What is required => In the records below, begin at the line containing "#155=LINE('',#148,#113);" and end at the line containing "#180=EDGE_LOOP('',(#167,#173,#178,#179));"; quote every line in that span exactly, including both boundary lines, and no others.

Extracted material START

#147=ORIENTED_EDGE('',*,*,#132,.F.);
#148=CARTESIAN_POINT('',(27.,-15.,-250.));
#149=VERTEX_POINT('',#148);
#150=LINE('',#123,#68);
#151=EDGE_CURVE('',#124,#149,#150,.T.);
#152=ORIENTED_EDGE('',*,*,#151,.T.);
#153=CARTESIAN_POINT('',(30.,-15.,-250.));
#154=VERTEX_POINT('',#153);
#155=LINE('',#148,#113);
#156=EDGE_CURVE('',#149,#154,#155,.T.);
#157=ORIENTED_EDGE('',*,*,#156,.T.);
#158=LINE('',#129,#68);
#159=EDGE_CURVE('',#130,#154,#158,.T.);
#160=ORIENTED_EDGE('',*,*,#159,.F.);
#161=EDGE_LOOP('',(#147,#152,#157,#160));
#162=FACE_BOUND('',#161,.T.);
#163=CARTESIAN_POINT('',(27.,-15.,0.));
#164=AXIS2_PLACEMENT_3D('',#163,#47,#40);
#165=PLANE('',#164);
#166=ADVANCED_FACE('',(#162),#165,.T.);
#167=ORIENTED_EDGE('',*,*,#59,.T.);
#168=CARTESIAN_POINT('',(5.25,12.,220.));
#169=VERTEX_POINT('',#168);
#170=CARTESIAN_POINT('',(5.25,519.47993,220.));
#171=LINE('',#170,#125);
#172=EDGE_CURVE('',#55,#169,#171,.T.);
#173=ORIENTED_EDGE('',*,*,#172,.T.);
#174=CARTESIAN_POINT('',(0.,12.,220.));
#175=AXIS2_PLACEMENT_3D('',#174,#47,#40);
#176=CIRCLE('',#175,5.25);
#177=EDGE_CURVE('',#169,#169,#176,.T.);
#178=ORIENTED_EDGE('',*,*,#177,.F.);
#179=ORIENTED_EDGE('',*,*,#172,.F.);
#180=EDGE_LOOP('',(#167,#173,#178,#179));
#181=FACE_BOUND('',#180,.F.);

Extracted material END

Answer to the exercise =>
#155=LINE('',#148,#113);
#156=EDGE_CURVE('',#149,#154,#155,.T.);
#157=ORIENTED_EDGE('',*,*,#156,.T.);
#158=LINE('',#129,#68);
#159=EDGE_CURVE('',#130,#154,#158,.T.);
#160=ORIENTED_EDGE('',*,*,#159,.F.);
#161=EDGE_LOOP('',(#147,#152,#157,#160));
#162=FACE_BOUND('',#161,.T.);
#163=CARTESIAN_POINT('',(27.,-15.,0.));
#164=AXIS2_PLACEMENT_3D('',#163,#47,#40);
#165=PLANE('',#164);
#166=ADVANCED_FACE('',(#162),#165,.T.);
#167=ORIENTED_EDGE('',*,*,#59,.T.);
#168=CARTESIAN_POINT('',(5.25,12.,220.));
#169=VERTEX_POINT('',#168);
#170=CARTESIAN_POINT('',(5.25,519.47993,220.));
#171=LINE('',#170,#125);
#172=EDGE_CURVE('',#55,#169,#171,.T.);
#173=ORIENTED_EDGE('',*,*,#172,.T.);
#174=CARTESIAN_POINT('',(0.,12.,220.));
#175=AXIS2_PLACEMENT_3D('',#174,#47,#40);
#176=CIRCLE('',#175,5.25);
#177=EDGE_CURVE('',#169,#169,#176,.T.);
#178=ORIENTED_EDGE('',*,*,#177,.F.);
#179=ORIENTED_EDGE('',*,*,#172,.F.);
#180=EDGE_LOOP('',(#167,#173,#178,#179));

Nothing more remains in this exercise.